Внутри рукотворной преграды, пока еще ограждающей от непогоды, кипела жизнь: размеренно стучала помпа, под крики старпома перебегали матросы, а скрип рангоута и обшивки перекрывало пение матросов, ожидающих, когда придет их вахта. Держась за что придется, девушка боролась с качкой и прислушивалась к посвисту ветра в такелаже, плеску и шуму перекатывающийся по палубе воды и к ударам волн в подветренный борт, от которых, от носа до кормы по судну пробегала дрожь, а у нее перехватывало дыхание.

Она была заложником темной каюты и не могла повлиять на результат сражения, ведущегося в эти минуты над ее головой. Давящие на сознание низкий потолок и стены усиливали гнетущее чувство беспомощности и страх кораблекрушения. Не смотря на фатализм, побудивший ее к столь решительным действиям, она не желала погибнуть в пенящемся море, не достигнув своей цели. Отгоняя тревожные мысли, Аэрин смотрела на огонек масляного светильника, размеренно покачивающегося в темноте, и видела не его, а солнечные вилонские улочки и переулки, по которым она гуляла в прошлом.
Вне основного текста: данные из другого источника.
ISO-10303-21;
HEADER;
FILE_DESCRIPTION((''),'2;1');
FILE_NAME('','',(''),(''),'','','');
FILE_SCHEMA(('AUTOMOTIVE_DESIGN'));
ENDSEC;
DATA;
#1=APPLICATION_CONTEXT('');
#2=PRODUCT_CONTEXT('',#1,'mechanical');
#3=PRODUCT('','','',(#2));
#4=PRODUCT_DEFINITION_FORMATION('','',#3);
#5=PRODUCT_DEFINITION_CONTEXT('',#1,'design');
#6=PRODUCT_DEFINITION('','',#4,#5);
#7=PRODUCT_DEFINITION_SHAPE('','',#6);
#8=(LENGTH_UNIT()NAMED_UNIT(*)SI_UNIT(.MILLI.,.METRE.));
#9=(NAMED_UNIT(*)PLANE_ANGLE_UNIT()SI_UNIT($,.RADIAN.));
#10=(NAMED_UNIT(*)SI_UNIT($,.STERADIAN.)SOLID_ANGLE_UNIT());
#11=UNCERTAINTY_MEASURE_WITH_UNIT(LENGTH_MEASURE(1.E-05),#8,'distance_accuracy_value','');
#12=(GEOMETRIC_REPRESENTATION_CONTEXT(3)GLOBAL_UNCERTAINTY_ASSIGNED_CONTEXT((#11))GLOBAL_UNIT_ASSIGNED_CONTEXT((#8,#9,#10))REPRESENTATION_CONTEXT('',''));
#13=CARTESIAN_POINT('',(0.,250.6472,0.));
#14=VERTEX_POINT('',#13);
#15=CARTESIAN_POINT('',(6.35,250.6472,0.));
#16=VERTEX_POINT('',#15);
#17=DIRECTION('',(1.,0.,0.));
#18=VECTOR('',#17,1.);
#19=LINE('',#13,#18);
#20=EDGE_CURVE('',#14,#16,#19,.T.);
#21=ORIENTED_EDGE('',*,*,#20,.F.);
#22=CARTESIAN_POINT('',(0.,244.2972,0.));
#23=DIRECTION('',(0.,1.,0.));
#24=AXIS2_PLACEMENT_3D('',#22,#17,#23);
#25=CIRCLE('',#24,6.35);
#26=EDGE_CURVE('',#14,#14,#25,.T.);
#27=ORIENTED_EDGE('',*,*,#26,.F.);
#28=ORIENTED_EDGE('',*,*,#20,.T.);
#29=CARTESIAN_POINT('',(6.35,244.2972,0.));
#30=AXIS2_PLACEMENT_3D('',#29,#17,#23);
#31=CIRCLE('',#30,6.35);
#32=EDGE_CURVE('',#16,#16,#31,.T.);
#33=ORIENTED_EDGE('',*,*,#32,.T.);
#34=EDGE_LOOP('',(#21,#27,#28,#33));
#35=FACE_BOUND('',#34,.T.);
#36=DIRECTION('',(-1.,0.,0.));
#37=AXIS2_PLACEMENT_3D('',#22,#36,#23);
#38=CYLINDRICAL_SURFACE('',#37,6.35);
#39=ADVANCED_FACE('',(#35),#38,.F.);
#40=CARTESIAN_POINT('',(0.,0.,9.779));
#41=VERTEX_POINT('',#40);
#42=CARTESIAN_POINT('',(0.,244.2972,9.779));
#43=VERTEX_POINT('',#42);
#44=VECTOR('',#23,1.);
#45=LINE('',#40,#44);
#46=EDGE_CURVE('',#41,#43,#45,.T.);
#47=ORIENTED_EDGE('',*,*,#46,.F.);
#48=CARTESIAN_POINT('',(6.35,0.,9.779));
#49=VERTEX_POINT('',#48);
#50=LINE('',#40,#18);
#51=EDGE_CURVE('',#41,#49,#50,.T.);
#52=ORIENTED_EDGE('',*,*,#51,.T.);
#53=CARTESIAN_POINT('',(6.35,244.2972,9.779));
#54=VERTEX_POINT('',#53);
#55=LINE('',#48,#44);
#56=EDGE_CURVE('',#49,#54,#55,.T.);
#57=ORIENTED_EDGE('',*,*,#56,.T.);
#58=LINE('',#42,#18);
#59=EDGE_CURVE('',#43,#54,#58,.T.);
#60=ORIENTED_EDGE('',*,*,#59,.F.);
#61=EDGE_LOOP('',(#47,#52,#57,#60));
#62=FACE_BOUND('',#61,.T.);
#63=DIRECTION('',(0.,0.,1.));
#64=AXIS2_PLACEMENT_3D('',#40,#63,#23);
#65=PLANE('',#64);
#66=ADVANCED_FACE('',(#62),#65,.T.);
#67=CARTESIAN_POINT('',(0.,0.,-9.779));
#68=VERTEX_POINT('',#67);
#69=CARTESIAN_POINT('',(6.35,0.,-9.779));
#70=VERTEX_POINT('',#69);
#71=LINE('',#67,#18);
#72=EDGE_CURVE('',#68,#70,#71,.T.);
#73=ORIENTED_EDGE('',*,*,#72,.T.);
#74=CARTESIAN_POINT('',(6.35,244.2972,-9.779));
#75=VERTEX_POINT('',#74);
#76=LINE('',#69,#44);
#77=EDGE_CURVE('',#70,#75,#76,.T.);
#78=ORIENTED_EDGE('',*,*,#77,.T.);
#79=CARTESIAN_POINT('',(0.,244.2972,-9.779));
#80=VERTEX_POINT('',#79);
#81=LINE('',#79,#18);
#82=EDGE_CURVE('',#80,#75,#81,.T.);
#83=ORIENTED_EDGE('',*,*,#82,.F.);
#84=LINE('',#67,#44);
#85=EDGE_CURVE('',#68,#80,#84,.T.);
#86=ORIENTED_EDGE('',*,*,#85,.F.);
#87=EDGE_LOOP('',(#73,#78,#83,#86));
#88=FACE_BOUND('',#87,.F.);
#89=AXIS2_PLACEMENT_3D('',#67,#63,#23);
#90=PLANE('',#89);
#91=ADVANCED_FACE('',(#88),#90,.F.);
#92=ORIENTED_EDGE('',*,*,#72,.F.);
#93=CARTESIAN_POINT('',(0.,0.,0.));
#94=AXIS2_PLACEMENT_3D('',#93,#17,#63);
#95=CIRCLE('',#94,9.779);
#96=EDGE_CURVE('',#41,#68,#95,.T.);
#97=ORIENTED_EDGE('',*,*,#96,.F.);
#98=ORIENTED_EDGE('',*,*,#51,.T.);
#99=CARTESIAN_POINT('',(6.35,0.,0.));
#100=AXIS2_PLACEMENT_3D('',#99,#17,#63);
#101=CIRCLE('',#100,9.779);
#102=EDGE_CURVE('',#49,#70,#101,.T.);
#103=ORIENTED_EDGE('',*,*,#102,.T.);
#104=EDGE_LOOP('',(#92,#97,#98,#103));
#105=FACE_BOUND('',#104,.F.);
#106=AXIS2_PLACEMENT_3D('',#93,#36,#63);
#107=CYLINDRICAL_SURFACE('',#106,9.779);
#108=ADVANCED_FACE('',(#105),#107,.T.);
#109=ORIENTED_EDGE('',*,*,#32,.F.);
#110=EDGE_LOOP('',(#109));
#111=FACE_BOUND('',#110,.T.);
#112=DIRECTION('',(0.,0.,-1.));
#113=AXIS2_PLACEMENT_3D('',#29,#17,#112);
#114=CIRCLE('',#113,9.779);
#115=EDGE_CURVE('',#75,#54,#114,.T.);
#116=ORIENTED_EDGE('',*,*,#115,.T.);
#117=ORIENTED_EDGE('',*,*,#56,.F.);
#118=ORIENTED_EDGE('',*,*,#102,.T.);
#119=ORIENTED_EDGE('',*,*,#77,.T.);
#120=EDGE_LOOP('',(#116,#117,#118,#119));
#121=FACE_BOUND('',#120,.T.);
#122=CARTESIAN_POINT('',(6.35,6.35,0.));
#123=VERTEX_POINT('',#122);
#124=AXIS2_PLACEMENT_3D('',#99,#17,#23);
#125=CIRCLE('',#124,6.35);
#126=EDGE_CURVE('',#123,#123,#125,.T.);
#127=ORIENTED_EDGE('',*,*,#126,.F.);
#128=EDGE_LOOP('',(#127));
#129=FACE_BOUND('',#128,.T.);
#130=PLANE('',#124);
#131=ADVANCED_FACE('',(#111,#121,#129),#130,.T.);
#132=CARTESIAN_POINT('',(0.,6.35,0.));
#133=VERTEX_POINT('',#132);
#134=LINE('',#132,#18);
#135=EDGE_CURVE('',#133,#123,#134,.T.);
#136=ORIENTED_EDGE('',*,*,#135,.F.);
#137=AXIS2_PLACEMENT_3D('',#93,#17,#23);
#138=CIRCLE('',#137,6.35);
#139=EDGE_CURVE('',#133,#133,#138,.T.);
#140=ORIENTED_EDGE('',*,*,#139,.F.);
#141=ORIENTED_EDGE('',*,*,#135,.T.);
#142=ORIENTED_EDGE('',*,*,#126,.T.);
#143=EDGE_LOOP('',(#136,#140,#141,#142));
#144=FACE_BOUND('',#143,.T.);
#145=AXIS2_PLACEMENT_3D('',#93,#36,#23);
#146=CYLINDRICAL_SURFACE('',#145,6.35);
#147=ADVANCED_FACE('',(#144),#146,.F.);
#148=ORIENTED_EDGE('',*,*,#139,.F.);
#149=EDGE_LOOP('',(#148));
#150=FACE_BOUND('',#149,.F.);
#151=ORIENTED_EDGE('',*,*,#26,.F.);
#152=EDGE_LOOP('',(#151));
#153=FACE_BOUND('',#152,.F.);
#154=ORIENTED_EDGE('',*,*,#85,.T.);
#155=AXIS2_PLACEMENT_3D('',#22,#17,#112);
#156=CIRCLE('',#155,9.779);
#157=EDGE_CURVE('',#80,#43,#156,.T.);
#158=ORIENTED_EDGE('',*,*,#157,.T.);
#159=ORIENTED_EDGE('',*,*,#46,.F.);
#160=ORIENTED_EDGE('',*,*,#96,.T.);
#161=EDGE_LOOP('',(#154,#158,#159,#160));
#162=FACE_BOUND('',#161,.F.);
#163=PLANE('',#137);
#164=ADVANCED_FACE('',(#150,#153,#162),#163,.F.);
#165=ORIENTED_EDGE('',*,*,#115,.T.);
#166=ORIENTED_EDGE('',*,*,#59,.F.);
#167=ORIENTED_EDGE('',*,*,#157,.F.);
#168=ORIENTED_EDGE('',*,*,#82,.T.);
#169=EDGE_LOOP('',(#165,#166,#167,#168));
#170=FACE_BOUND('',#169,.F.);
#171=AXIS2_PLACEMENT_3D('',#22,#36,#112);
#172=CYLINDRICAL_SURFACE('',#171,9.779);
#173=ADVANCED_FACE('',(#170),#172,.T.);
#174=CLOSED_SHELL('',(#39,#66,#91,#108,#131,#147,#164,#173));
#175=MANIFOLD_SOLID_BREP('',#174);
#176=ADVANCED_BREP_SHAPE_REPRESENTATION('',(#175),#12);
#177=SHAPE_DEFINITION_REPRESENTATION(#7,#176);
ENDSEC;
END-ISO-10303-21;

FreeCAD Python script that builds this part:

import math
import FreeCAD as App
import Part
import Sketcher
from FreeCAD import Vector
Q = App.Units.Quantity

doc = App.newDocument("Part")
body = doc.addObject("PartDesign::Body", "Body")

sketch1 = body.newObject("Sketcher::SketchObject", "Sketch")
sketch1.AttachmentSupport = (doc.getObject("YZ_Plane"), [""])
sketch1.MapMode = "FlatFace"
sketch1.addGeometry(Part.LineSegment(Vector(244.2972, 9.779, 0), Vector(0, 9.779, 0)), False)
sketch1.addGeometry(Part.ArcOfCircle(Part.Circle(Vector(0, 0, 0), Vector(0, 0, 1), 9.779), math.radians(90), math.radians(270)), False)
sketch1.addGeometry(Part.LineSegment(Vector(0, -9.779, 0), Vector(244.2972, -9.779, 0)), False)
sketch1.addGeometry(Part.ArcOfCircle(Part.Circle(Vector(244.2972, 0, 0), Vector(0, 0, 1), 9.779), math.radians(-90), math.radians(90)), False)
sketch1.addGeometry(Part.Circle(Vector(0, 0, 0), Vector(0, 0, 1), 6.35), False)
sketch1.addGeometry(Part.Circle(Vector(244.2972, 0, 0), Vector(0, 0, 1), 6.35), False)
sketch1.addConstraint(Sketcher.Constraint("Tangent", 0, 2, 1, 1))
sketch1.addConstraint(Sketcher.Constraint("Tangent", 1, 2, 2, 1))
sketch1.addConstraint(Sketcher.Constraint("Tangent", 2, 2, 3, 1))
sketch1.addConstraint(Sketcher.Constraint("Tangent", 3, 2, 0, 1))
sketch1.addConstraint(Sketcher.Constraint("Horizontal", 0))
sketch1.addConstraint(Sketcher.Constraint("Horizontal", 2))
sketch1.addConstraint(Sketcher.Constraint("Coincident", 1, 3, -1, 1))
sketch1.addConstraint(Sketcher.Constraint("Coincident", 4, 3, -1, 1))
sketch1.addConstraint(Sketcher.Constraint("Coincident", 5, 3, 3, 3))
sketch1.addConstraint(Sketcher.Constraint("Equal", 4, 5))
sketch1.addConstraint(Sketcher.Constraint("Diameter", 4, Q("0.5 in")))
sketch1.addConstraint(Sketcher.Constraint("Radius", 1, Q("0.385 in")))
sketch1.addConstraint(Sketcher.Constraint("DistanceX", 0, 2, 0, 1, Q("9.618 in")))
pad1 = body.newObject("PartDesign::Pad", "Pad")
pad1.Profile = sketch1
pad1.Length = Q("0.25 in")

doc.recompute()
Где-то там ей предстояло найти ответы на вопросы, проливающие свет на последние дни эспаонского Ковена.

Как бы ни было тяжело осознавать, но ей придется увидеть до боли знакомые следы Мелиссы, пытавшейся убежать от клириков, а затем, выверенные меркой оков, протянувшиеся робкой цепочкой до паноптикума, где они пересекали багряные залы. И здесь неуместно спрашивать, поскольку Аэрин не имела права поступить иначе. Перед ее взором предстала испуганная поступь девочки, обрывающаяся под серостью пепелища. В этом поиске заключалось наказание Аэрин, которое она для себя выбрала. Оно обязана считать шаги сестренки, чтобы с неизбежным потрясением узнать, сколько их было, чтобы положить цветы на последний из них, и чтобы узнать, кто виновен в смерти маленькой девочки, чью жизнь перемолола безжалостная машина инквизиции.